=== Begin Enclosure ===

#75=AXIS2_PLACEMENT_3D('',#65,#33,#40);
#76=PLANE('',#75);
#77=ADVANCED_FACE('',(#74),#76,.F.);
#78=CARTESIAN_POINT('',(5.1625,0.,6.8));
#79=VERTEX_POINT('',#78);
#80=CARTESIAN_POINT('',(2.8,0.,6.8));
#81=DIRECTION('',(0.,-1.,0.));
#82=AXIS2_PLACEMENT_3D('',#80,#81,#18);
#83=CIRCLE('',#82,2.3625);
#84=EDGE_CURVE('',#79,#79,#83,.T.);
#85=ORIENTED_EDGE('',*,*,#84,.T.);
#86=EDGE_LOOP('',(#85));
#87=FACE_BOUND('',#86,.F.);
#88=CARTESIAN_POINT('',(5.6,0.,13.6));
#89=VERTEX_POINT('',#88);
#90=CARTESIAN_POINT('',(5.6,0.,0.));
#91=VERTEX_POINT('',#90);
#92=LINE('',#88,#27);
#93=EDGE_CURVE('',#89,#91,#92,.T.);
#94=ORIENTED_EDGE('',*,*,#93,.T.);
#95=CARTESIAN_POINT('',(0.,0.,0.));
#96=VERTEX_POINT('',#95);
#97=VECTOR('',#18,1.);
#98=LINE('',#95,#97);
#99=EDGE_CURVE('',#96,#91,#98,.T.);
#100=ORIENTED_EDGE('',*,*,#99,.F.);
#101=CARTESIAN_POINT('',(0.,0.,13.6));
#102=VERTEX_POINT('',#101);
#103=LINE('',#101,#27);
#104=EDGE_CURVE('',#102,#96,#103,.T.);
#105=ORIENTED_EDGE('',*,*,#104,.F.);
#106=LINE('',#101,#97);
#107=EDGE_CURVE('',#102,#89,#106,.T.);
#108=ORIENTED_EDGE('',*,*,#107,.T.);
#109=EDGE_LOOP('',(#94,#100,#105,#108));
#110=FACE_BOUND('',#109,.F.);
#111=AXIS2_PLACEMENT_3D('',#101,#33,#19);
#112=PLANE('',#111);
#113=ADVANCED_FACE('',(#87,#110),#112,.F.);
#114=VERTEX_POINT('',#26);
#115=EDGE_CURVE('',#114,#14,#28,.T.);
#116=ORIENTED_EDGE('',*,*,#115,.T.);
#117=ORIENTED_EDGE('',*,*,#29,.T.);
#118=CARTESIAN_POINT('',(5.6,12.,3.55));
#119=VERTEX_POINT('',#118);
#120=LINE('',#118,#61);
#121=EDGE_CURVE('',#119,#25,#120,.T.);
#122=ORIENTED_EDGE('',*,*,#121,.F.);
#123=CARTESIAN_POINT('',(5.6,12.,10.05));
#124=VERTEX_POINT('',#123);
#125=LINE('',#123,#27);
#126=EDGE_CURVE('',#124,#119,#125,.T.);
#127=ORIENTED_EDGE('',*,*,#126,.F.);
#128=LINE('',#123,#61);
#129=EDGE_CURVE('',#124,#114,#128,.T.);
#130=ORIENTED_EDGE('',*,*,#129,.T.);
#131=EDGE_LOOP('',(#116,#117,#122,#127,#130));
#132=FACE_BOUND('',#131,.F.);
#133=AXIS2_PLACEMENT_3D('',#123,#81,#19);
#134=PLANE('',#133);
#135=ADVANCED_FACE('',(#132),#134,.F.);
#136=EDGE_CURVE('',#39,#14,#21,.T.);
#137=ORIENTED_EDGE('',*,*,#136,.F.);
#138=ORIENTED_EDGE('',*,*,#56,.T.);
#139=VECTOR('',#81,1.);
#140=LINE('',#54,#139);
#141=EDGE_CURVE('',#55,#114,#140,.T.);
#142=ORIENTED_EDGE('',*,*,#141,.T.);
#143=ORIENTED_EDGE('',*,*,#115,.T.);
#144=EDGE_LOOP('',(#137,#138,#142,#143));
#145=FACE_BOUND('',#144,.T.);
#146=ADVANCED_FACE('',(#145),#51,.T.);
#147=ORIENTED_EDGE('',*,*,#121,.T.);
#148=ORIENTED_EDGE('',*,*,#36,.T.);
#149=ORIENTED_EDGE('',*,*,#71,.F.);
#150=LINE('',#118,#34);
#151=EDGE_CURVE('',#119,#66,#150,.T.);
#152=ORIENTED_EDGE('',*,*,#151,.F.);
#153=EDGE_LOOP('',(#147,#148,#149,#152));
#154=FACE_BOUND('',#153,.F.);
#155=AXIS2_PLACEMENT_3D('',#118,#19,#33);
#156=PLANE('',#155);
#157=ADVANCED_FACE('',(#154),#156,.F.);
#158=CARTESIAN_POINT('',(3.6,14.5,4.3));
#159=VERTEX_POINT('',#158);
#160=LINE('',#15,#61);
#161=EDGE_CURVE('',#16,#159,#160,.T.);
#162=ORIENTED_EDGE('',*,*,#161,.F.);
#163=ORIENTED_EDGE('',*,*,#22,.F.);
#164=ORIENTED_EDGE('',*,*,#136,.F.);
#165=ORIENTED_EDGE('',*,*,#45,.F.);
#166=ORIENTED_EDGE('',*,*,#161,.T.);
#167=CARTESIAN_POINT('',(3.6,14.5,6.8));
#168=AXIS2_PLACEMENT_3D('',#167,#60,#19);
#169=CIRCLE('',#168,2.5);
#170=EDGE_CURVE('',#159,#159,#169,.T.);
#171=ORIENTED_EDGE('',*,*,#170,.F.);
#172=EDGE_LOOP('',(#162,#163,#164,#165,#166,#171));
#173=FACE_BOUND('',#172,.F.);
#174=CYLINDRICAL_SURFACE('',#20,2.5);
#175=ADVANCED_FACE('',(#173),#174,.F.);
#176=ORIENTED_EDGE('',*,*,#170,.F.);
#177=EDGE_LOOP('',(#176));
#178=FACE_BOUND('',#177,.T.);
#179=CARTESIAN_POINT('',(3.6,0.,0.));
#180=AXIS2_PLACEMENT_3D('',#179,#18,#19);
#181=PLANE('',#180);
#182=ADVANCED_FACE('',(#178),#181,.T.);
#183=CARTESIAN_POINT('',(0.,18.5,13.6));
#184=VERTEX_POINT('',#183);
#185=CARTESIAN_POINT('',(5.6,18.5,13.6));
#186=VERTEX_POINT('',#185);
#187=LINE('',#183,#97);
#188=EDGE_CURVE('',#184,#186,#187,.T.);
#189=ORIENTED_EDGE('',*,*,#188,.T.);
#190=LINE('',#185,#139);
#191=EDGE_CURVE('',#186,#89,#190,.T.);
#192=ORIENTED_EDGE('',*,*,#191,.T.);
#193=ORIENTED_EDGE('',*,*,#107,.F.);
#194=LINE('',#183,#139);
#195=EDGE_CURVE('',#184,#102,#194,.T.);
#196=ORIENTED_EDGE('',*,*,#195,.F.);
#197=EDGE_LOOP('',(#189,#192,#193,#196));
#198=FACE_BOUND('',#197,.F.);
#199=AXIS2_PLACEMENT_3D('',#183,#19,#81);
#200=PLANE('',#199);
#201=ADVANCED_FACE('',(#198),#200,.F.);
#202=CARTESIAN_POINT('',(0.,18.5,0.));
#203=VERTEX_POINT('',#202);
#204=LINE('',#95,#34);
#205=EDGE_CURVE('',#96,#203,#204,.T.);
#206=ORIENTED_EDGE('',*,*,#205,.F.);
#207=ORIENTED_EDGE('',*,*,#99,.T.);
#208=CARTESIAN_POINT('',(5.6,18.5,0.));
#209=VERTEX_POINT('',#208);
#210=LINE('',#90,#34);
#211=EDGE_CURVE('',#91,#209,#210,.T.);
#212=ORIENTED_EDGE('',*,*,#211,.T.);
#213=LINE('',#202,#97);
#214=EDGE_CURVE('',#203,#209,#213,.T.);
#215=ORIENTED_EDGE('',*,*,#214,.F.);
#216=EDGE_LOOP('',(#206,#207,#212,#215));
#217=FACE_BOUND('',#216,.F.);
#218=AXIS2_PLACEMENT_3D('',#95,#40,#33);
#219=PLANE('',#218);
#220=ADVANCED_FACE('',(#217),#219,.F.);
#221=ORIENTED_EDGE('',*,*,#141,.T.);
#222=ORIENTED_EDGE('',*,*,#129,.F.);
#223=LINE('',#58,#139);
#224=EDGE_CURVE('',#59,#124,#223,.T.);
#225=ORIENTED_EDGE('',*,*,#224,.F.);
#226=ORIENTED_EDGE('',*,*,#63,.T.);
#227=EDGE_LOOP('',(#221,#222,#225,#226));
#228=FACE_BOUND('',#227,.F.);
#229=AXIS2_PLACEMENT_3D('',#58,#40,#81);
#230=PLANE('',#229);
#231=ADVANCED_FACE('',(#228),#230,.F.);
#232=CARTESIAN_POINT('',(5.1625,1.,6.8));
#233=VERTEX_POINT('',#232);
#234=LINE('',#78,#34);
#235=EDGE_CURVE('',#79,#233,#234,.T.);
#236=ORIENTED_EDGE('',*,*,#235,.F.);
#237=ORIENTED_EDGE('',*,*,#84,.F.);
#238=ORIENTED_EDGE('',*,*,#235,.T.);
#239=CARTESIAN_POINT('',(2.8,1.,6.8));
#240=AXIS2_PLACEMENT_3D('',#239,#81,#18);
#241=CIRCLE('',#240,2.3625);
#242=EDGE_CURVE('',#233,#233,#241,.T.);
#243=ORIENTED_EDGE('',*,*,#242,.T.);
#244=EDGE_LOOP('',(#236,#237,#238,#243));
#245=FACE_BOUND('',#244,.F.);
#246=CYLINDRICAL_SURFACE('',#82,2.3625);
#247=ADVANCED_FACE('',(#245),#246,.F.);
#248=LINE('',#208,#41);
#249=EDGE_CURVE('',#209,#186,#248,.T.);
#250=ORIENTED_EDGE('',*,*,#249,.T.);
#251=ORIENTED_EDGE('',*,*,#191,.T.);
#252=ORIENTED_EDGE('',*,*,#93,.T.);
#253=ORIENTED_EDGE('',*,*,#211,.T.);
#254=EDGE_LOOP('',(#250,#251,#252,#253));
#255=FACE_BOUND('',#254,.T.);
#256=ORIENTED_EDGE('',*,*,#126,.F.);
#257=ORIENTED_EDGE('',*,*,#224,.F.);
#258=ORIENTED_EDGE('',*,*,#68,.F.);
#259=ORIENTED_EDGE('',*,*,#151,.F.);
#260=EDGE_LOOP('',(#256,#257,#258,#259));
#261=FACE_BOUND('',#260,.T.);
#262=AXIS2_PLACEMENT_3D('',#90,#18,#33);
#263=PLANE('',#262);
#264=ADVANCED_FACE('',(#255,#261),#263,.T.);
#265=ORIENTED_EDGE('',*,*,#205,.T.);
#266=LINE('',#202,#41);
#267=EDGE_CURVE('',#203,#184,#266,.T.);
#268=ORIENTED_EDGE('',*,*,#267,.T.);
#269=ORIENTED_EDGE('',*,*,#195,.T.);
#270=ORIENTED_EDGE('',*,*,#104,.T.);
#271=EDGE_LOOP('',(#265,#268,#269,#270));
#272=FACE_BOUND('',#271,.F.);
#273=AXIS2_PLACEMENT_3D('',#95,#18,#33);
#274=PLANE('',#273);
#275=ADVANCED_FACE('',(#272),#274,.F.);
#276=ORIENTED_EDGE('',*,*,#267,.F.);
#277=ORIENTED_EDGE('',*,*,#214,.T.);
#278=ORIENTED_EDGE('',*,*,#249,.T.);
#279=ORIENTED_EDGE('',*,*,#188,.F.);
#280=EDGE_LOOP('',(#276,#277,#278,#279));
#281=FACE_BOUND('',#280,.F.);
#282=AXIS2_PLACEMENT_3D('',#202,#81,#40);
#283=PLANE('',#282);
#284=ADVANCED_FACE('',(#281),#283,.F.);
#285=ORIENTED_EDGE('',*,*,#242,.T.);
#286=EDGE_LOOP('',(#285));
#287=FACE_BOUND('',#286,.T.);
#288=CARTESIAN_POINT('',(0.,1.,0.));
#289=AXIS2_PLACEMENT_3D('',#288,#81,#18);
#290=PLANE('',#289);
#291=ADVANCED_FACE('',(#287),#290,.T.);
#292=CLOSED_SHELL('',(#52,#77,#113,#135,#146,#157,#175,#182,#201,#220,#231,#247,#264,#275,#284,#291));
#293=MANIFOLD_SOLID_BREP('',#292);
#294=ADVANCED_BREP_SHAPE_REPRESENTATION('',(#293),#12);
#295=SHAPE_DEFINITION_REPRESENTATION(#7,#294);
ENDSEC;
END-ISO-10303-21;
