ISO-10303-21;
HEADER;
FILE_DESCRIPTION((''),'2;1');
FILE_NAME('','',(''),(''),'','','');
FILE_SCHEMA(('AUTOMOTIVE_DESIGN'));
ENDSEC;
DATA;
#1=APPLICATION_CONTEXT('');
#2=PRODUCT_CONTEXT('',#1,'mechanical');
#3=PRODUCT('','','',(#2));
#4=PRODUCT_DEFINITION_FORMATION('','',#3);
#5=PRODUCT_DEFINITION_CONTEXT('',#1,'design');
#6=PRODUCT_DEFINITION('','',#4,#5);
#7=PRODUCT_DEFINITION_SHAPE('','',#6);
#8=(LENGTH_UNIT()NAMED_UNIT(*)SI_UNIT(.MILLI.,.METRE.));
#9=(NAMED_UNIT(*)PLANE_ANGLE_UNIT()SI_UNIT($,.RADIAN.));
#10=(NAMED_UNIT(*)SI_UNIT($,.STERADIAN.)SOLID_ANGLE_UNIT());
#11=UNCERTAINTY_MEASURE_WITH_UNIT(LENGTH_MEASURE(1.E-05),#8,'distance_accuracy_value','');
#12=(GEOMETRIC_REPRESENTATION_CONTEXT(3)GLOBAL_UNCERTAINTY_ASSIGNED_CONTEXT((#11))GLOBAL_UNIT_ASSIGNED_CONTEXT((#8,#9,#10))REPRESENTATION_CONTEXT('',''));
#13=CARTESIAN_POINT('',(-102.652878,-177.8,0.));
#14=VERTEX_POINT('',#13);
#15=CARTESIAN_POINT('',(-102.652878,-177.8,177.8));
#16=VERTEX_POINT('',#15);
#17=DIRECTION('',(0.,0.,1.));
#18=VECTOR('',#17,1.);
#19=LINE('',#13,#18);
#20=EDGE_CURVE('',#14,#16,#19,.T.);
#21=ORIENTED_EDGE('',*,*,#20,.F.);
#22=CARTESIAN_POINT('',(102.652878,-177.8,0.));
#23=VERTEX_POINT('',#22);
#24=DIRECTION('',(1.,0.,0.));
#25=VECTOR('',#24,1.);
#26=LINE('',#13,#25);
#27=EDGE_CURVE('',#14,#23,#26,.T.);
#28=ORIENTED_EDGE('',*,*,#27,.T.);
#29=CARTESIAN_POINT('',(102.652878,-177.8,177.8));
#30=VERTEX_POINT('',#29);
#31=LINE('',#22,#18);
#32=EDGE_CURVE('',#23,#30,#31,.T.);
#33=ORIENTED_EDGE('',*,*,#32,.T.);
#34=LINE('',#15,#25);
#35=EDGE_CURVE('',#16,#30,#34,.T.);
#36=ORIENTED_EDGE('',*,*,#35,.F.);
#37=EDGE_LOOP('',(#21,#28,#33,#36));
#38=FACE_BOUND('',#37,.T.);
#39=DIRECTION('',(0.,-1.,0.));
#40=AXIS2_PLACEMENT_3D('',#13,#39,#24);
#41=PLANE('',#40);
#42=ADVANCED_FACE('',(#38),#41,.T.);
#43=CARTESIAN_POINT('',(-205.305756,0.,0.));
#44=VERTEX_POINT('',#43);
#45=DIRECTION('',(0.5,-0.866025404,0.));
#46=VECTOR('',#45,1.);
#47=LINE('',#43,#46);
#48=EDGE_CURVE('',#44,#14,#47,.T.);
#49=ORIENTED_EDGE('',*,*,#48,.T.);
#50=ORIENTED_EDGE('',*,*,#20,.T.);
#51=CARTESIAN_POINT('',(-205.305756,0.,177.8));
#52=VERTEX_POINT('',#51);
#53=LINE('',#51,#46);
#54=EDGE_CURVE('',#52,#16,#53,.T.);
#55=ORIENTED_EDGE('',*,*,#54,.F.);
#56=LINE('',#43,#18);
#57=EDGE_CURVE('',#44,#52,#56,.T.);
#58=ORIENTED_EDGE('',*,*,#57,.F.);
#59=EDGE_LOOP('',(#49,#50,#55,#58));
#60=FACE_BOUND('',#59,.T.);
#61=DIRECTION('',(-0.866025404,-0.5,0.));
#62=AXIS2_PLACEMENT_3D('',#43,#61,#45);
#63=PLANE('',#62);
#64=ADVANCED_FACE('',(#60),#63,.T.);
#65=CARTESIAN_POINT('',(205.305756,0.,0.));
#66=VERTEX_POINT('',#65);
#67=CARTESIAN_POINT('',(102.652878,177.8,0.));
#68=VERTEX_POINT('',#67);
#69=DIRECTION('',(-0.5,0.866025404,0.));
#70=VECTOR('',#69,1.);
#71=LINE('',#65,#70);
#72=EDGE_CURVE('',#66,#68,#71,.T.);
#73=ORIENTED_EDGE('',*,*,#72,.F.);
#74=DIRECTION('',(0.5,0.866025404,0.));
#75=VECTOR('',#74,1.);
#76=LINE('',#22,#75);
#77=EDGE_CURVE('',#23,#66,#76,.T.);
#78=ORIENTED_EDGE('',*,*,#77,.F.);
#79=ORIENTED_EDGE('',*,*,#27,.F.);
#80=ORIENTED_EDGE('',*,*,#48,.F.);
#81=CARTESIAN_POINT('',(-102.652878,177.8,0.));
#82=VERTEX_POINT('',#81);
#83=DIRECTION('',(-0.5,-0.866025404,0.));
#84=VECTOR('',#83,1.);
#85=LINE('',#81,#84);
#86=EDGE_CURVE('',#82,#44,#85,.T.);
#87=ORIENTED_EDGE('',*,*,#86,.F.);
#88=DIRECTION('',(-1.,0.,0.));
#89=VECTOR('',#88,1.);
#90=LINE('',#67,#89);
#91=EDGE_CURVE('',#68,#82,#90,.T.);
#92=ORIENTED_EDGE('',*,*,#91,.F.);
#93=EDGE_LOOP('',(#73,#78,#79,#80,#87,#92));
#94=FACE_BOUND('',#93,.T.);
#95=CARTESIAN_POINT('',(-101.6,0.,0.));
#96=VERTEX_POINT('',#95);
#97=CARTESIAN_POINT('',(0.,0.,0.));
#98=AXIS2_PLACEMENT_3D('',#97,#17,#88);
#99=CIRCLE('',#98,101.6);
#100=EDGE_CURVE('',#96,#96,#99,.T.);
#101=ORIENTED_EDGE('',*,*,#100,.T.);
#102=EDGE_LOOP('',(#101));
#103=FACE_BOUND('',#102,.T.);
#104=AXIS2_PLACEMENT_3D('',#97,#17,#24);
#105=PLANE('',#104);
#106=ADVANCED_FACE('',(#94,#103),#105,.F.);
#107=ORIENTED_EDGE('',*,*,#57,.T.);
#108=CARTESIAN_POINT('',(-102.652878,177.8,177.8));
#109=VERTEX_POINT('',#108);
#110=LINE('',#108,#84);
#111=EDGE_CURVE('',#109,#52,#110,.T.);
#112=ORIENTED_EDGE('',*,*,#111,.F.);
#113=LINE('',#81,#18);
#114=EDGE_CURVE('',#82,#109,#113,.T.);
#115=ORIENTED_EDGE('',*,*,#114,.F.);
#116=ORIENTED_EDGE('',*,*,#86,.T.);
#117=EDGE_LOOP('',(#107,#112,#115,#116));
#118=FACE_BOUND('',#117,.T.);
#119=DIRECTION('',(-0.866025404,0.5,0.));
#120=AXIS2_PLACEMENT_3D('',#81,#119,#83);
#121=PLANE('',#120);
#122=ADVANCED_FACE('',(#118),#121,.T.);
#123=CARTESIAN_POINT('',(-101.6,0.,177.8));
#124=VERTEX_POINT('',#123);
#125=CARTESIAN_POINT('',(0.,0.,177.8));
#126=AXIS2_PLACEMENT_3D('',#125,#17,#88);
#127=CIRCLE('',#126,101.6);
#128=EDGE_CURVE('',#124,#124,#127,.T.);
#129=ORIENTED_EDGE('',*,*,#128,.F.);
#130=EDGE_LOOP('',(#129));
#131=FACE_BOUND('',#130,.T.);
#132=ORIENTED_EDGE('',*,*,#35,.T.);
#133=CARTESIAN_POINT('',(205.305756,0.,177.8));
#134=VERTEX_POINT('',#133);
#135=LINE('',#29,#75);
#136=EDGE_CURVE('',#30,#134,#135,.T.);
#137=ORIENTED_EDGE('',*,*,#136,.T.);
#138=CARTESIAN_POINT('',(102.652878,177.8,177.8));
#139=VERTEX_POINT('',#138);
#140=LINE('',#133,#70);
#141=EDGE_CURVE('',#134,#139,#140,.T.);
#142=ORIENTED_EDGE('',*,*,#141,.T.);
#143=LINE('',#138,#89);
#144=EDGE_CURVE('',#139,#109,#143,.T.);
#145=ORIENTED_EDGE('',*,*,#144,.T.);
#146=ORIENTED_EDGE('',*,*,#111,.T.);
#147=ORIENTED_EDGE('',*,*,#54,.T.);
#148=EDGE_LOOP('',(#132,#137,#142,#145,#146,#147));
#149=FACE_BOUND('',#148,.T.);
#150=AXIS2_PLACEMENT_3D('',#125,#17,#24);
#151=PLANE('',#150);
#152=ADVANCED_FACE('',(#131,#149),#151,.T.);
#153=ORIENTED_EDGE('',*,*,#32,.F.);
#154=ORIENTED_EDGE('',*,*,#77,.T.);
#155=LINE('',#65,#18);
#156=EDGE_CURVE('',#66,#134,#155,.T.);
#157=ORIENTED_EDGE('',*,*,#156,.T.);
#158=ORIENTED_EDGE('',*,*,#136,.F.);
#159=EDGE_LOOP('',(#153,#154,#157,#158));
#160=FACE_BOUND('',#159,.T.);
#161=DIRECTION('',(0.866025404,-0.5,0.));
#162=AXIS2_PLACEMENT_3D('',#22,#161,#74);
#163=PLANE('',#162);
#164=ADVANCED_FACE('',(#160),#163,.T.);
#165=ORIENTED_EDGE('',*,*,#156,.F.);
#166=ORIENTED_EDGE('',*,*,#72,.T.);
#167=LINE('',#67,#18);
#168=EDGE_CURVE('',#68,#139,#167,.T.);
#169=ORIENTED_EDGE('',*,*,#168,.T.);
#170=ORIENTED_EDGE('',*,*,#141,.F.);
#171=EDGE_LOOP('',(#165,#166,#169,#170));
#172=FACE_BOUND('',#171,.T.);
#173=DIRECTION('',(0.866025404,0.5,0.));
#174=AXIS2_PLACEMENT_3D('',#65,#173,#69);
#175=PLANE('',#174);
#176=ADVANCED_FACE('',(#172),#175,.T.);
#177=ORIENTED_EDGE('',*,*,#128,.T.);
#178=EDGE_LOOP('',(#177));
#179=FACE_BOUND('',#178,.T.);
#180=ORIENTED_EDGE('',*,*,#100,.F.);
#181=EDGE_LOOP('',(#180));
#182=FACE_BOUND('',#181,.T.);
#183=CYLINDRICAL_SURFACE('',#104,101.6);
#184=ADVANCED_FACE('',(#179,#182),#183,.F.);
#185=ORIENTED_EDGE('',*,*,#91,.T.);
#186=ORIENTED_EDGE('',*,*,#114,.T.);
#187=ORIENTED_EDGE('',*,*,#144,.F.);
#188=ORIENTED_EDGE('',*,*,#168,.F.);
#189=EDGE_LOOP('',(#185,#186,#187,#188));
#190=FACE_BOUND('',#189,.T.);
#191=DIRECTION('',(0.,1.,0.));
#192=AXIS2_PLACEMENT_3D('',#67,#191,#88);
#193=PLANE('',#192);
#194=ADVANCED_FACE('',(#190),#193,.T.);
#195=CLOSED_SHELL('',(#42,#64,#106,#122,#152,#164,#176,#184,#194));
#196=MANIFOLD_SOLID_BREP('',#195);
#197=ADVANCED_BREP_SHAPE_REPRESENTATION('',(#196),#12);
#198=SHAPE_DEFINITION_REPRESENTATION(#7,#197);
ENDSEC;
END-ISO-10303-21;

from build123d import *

# Parameters (mm, degrees)
SKETCH1_R           = 101.6
BOSS_EXTRUDE1_DEPTH = 177.8


with BuildPart() as part:
    # Sketch1 → Boss-Extrude1 (new body)
    with BuildSketch(Plane.XY.offset(177.8)):
        Polygon((-102.652877862, -177.8), (102.652877862, -177.8), (205.305755724, 0), (102.652877862, 177.8), (-102.652877862, 177.8), (-205.305755724, 0), align=None)
        with Locations(Location((0, 0, 0), (0, 0, 180))):
            Circle(SKETCH1_R, mode=Mode.SUBTRACT)
    extrude(amount=-BOSS_EXTRUDE1_DEPTH)


solid = part.part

=== End Enclosure ===

Exercise requirements >> The output should be exactly the lines above from the line containing "#261=FACE_BOUND('',#260,.T.);" to the line containing "#275=ADVANCED_FACE('',(#272),#274,.F.);", inclusive, with no other lines.

Expected output >>
#261=FACE_BOUND('',#260,.T.);
#262=AXIS2_PLACEMENT_3D('',#90,#18,#33);
#263=PLANE('',#262);
#264=ADVANCED_FACE('',(#255,#261),#263,.T.);
#265=ORIENTED_EDGE('',*,*,#205,.T.);
#266=LINE('',#202,#41);
#267=EDGE_CURVE('',#203,#184,#266,.T.);
#268=ORIENTED_EDGE('',*,*,#267,.T.);
#269=ORIENTED_EDGE('',*,*,#195,.T.);
#270=ORIENTED_EDGE('',*,*,#104,.T.);
#271=EDGE_LOOP('',(#265,#268,#269,#270));
#272=FACE_BOUND('',#271,.F.);
#273=AXIS2_PLACEMENT_3D('',#95,#18,#33);
#274=PLANE('',#273);
#275=ADVANCED_FACE('',(#272),#274,.F.);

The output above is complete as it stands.